__WHAT IS NEEDED__. Wherever "amount" appears in the records below, copy the line that holds it.
-- DATA SUPPLIED follows --
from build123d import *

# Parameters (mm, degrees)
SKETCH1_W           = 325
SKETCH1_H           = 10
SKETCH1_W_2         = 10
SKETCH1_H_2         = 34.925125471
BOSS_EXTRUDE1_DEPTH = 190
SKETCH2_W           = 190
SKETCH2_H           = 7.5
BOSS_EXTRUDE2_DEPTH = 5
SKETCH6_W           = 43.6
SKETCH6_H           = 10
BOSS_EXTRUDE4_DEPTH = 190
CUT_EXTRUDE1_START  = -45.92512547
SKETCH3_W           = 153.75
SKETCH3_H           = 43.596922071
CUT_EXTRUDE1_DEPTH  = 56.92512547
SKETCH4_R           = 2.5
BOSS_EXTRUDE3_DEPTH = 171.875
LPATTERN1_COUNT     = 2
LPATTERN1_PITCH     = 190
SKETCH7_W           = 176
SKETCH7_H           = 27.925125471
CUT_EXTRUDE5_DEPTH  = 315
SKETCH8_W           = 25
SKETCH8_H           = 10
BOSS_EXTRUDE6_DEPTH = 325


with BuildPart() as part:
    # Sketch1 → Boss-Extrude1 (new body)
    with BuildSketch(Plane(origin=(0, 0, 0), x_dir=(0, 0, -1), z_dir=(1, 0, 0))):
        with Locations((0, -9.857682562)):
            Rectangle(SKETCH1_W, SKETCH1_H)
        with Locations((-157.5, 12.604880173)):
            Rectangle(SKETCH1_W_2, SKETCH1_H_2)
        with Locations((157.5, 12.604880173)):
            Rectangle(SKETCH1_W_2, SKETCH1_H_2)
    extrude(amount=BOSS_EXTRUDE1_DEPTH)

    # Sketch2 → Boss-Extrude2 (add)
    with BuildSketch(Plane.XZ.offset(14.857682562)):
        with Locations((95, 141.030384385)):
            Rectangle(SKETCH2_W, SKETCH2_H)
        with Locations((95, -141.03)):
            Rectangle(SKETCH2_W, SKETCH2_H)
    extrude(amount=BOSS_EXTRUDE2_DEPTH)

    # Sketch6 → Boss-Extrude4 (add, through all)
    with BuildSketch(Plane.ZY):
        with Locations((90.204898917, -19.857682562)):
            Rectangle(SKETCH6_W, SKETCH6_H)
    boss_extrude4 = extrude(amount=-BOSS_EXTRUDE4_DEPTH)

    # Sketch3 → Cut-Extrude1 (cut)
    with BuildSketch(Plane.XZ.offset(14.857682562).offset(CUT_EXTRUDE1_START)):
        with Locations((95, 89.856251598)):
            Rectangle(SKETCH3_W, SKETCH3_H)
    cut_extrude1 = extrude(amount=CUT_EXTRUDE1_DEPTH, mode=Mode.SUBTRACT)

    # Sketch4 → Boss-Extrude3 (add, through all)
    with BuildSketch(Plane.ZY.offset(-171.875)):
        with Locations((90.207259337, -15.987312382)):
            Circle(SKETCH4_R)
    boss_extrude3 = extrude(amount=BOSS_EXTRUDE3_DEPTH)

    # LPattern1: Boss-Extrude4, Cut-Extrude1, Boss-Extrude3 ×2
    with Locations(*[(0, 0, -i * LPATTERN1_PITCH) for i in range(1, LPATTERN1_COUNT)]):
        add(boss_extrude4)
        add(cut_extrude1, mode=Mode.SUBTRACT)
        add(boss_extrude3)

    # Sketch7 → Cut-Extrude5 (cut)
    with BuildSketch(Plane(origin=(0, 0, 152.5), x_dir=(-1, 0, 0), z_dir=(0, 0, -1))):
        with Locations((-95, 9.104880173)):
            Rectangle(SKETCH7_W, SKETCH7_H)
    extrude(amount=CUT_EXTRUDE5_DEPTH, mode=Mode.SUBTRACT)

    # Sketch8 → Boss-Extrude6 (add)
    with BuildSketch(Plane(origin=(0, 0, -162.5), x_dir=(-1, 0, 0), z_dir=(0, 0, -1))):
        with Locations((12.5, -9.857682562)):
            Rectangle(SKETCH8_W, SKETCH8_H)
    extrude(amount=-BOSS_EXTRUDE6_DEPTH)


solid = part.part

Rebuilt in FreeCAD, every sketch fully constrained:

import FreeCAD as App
import Part
import Sketcher

V = App.Vector


def add_polygon(sketch, points):
    """Adds a closed chain of lines whose ends are joined by coincident constraints."""
    first, n = sketch.GeometryCount, len(points)
    for a, b in zip(points, points[1:] + points[:1]):
        sketch.addGeometry(Part.LineSegment(App.Vector(*a, 0), App.Vector(*b, 0)), False)
    for i in range(n):
        sketch.addConstraint(Sketcher.Constraint("Coincident", first + i, 2, first + (i + 1) % n, 1))

doc = App.newDocument("Part")
body = doc.addObject("PartDesign::Body", "Body")

# Sketch on YZ plane
sketch1 = body.newObject("Sketcher::SketchObject", "Sketch")
sketch1.AttachmentSupport = (doc.getObject("YZ_Plane"), [""])
sketch1.MapMode = "FlatFace"
add_polygon(sketch1, [(-14.857683, 162.5), (-14.857683, -162.5), (30.067443, -162.5), (30.067443, -152.5), (-4.857683, -152.5), (-4.857683, 152.5), (30.067443, 152.5), (30.067443, 162.5)])  # lines 0-7
sketch1.addConstraint([
    Sketcher.Constraint("Vertical", 0),
    Sketcher.Constraint("Horizontal", 1),
    Sketcher.Constraint("Vertical", 2),
    Sketcher.Constraint("Horizontal", 3),
    Sketcher.Constraint("Vertical", 4),
    Sketcher.Constraint("Horizontal", 5),
    Sketcher.Constraint("Vertical", 6),
    Sketcher.Constraint("Horizontal", 7),
    Sketcher.Constraint("Symmetric", 2, 2, 5, 2, -1),
    Sketcher.Constraint("Equal", 2, 6),
    Sketcher.Constraint("DistanceY", 0, 2, 0, 1, 325.0),
    Sketcher.Constraint("DistanceY", 2, 1, 2, 2, 10.0),
    Sketcher.Constraint("DistanceX", 0, 2, 3, 2, 10.0),
    Sketcher.Constraint("DistanceX", 1, 1, 1, 2, 44.925125),
    Sketcher.Constraint("DistanceX", 0, 2, -1, 1, 14.857683),
])
pad1 = body.newObject("PartDesign::Pad", "Pad")
pad1.Profile = sketch1
pad1.Length = 190

# Sketch on XZ plane
sketch2 = body.newObject("Sketcher::SketchObject", "Sketch001")
sketch2.AttachmentSupport = (doc.getObject("XZ_Plane"), [""])
sketch2.MapMode = "FlatFace"
sketch2.AttachmentOffset = App.Placement(V(0, 0, 14.857683), App.Rotation())
add_polygon(sketch2, [(0, 144.780384), (0, 137.280384), (190, 137.280384), (190, 144.780384)])  # lines 0-3
add_polygon(sketch2, [(0, -137.28), (0, -144.78), (190, -144.78), (190, -137.28)])  # lines 4-7
sketch2.addConstraint([
    Sketcher.Constraint("Vertical", 0),
    Sketcher.Constraint("Horizontal", 1),
    Sketcher.Constraint("Vertical", 2),
    Sketcher.Constraint("Horizontal", 3),
    Sketcher.Constraint("Vertical", 4),
    Sketcher.Constraint("Horizontal", 5),
    Sketcher.Constraint("Vertical", 6),
    Sketcher.Constraint("Horizontal", 7),
    Sketcher.Constraint("PointOnObject", 0, 2, -2),
    Sketcher.Constraint("PointOnObject", 4, 2, -2),
    Sketcher.Constraint("Vertical", 2, 2, 5, 2),
    Sketcher.Constraint("Equal", 2, 4),
    Sketcher.Constraint("DistanceX", 1, 1, 1, 2, 190.0),
    Sketcher.Constraint("DistanceY", 0, 2, 0, 1, 7.5),
    Sketcher.Constraint("DistanceY", 4, 2, -1, 1, 144.78),
    Sketcher.Constraint("DistanceY", -1, 1, 0, 2, 137.280384),
])
pad2 = body.newObject("PartDesign::Pad", "Pad001")
pad2.Profile = sketch2
pad2.Length = 5

# Sketch on YZ plane
sketch3 = body.newObject("Sketcher::SketchObject", "Sketch002")
sketch3.AttachmentSupport = (doc.getObject("YZ_Plane"), [""])
sketch3.MapMode = "FlatFace"
add_polygon(sketch3, [(-14.857683, 68.404899), (-24.857683, 68.404899), (-24.857683, 112.004899), (-14.857683, 112.004899)])  # lines 0-3
sketch3.addConstraint([
    Sketcher.Constraint("Horizontal", 0),
    Sketcher.Constraint("Vertical", 1),
    Sketcher.Constraint("Horizontal", 2),
    Sketcher.Constraint("Vertical", 3),
    Sketcher.Constraint("DistanceX", 0, 2, 0, 1, 10.0),
    Sketcher.Constraint("DistanceY", 1, 1, 1, 2, 43.6),
    Sketcher.Constraint("DistanceY", -1, 1, 0, 2, 68.404899),
    Sketcher.Constraint("DistanceX", 0, 2, -1, 1, 24.857683),
])
pad3 = body.newObject("PartDesign::Pad", "Pad002")
pad3.Profile = sketch3
pad3.Length = 190

# Sketch on XZ plane
sketch4 = body.newObject("Sketcher::SketchObject", "Sketch003")
sketch4.AttachmentSupport = (doc.getObject("XZ_Plane"), [""])
sketch4.MapMode = "FlatFace"
sketch4.AttachmentOffset = App.Placement(V(0, 0, -31.067443), App.Rotation())
add_polygon(sketch4, [(18.125, 111.654713), (18.125, 68.057791), (171.875, 68.057791), (171.875, 111.654713)])  # lines 0-3
sketch4.addConstraint([
    Sketcher.Constraint("Vertical", 0),
    Sketcher.Constraint("Horizontal", 1),
    Sketcher.Constraint("Vertical", 2),
    Sketcher.Constraint("Horizontal", 3),
    Sketcher.Constraint("DistanceX", 1, 1, 1, 2, 153.75),
    Sketcher.Constraint("DistanceX", -1, 1, 0, 2, 18.125),
    Sketcher.Constraint("DistanceY", 0, 2, 0, 1, 43.596922),
    Sketcher.Constraint("DistanceY", -1, 1, 0, 2, 68.057791),
])
pocket1 = body.newObject("PartDesign::Pocket", "Pocket")
pocket1.Profile = sketch4
pocket1.Length = 56.925125
pocket1.Reversed = True

# Sketch on YZ plane
sketch5 = body.newObject("Sketcher::SketchObject", "Sketch004")
sketch5.AttachmentSupport = (doc.getObject("YZ_Plane"), [""])
sketch5.MapMode = "FlatFace"
sketch5.AttachmentOffset = App.Placement(V(0, 0, 171.875), App.Rotation())
sketch5.addGeometry(Part.Circle(V(-15.987312, 90.207259, 0), V(0, 0, 1), 2.5), False)
sketch5.addConstraint([
    Sketcher.Constraint("Diameter", 0, 5.0),
    Sketcher.Constraint("DistanceY", -1, 1, 0, 3, 90.207259),
    Sketcher.Constraint("DistanceX", 0, 3, -1, 1, 15.987312),
])
pad4 = body.newObject("PartDesign::Pad", "Pad003")
pad4.Profile = sketch5
pad4.Type = "UpToLast"
pad4.Reversed = True
doc.recompute()

linearpattern = body.newObject("PartDesign::LinearPattern", "LinearPattern")
linearpattern.Originals = [pad3, pocket1, pad4]
linearpattern.Direction = (doc.getObject("Z_Axis"), [""])
linearpattern.Mode = "offset"
linearpattern.Offset = 190
linearpattern.Occurrences = 2
linearpattern.Reversed = True
body.Tip = linearpattern

# Sketch on XY plane
sketch6 = body.newObject("Sketcher::SketchObject", "Sketch005")
sketch6.AttachmentSupport = (doc.getObject("XY_Plane"), [""])
sketch6.MapMode = "FlatFace"
sketch6.AttachmentOffset = App.Placement(V(0, 0, 152.5), App.Rotation())
add_polygon(sketch6, [(183, 23.067443), (183, -4.857683), (7, -4.857683), (7, 23.067443)])  # lines 0-3
sketch6.addConstraint([
    Sketcher.Constraint("Vertical", 0),
    Sketcher.Constraint("Horizontal", 1),
    Sketcher.Constraint("Vertical", 2),
    Sketcher.Constraint("Horizontal", 3),
    Sketcher.Constraint("DistanceX", 1, 2, 1, 1, 176.0),
    Sketcher.Constraint("DistanceX", -1, 1, 0, 2, 183.0),
    Sketcher.Constraint("DistanceY", 0, 2, 0, 1, 27.925125),
    Sketcher.Constraint("DistanceY", 0, 2, -1, 1, 4.857683),
])
pocket2 = body.newObject("PartDesign::Pocket", "Pocket001")
pocket2.Profile = sketch6
pocket2.Length = 315

# Sketch on XY plane
sketch7 = body.newObject("Sketcher::SketchObject", "Sketch006")
sketch7.AttachmentSupport = (doc.getObject("XY_Plane"), [""])
sketch7.MapMode = "FlatFace"
sketch7.AttachmentOffset = App.Placement(V(0, 0, -162.5), App.Rotation())
add_polygon(sketch7, [(0, -4.857683), (0, -14.857683), (-25, -14.857683), (-25, -4.857683)])  # lines 0-3
sketch7.addConstraint([
    Sketcher.Constraint("Vertical", 0),
    Sketcher.Constraint("Horizontal", 1),
    Sketcher.Constraint("Vertical", 2),
    Sketcher.Constraint("Horizontal", 3),
    Sketcher.Constraint("PointOnObject", 0, 2, -2),
    Sketcher.Constraint("DistanceX", 1, 2, 1, 1, 25.0),
    Sketcher.Constraint("DistanceY", 0, 2, 0, 1, 10.0),
    Sketcher.Constraint("DistanceY", 0, 2, -1, 1, 14.857683),
])
pad5 = body.newObject("PartDesign::Pad", "Pad004")
pad5.Profile = sketch7
pad5.Length = 325

doc.recompute()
-- DATA SUPPLIED concluded --
__RESPONSE BELOW__.
    extrude(amount=BOSS_EXTRUDE1_DEPTH)
    extrude(amount=BOSS_EXTRUDE2_DEPTH)
    boss_extrude4 = extrude(amount=-BOSS_EXTRUDE4_DEPTH)
    cut_extrude1 = extrude(amount=CUT_EXTRUDE1_DEPTH, mode=Mode.SUBTRACT)
    boss_extrude3 = extrude(amount=BOSS_EXTRUDE3_DEPTH)
    extrude(amount=CUT_EXTRUDE5_DEPTH, mode=Mode.SUBTRACT)
    extrude(amount=-BOSS_EXTRUDE6_DEPTH)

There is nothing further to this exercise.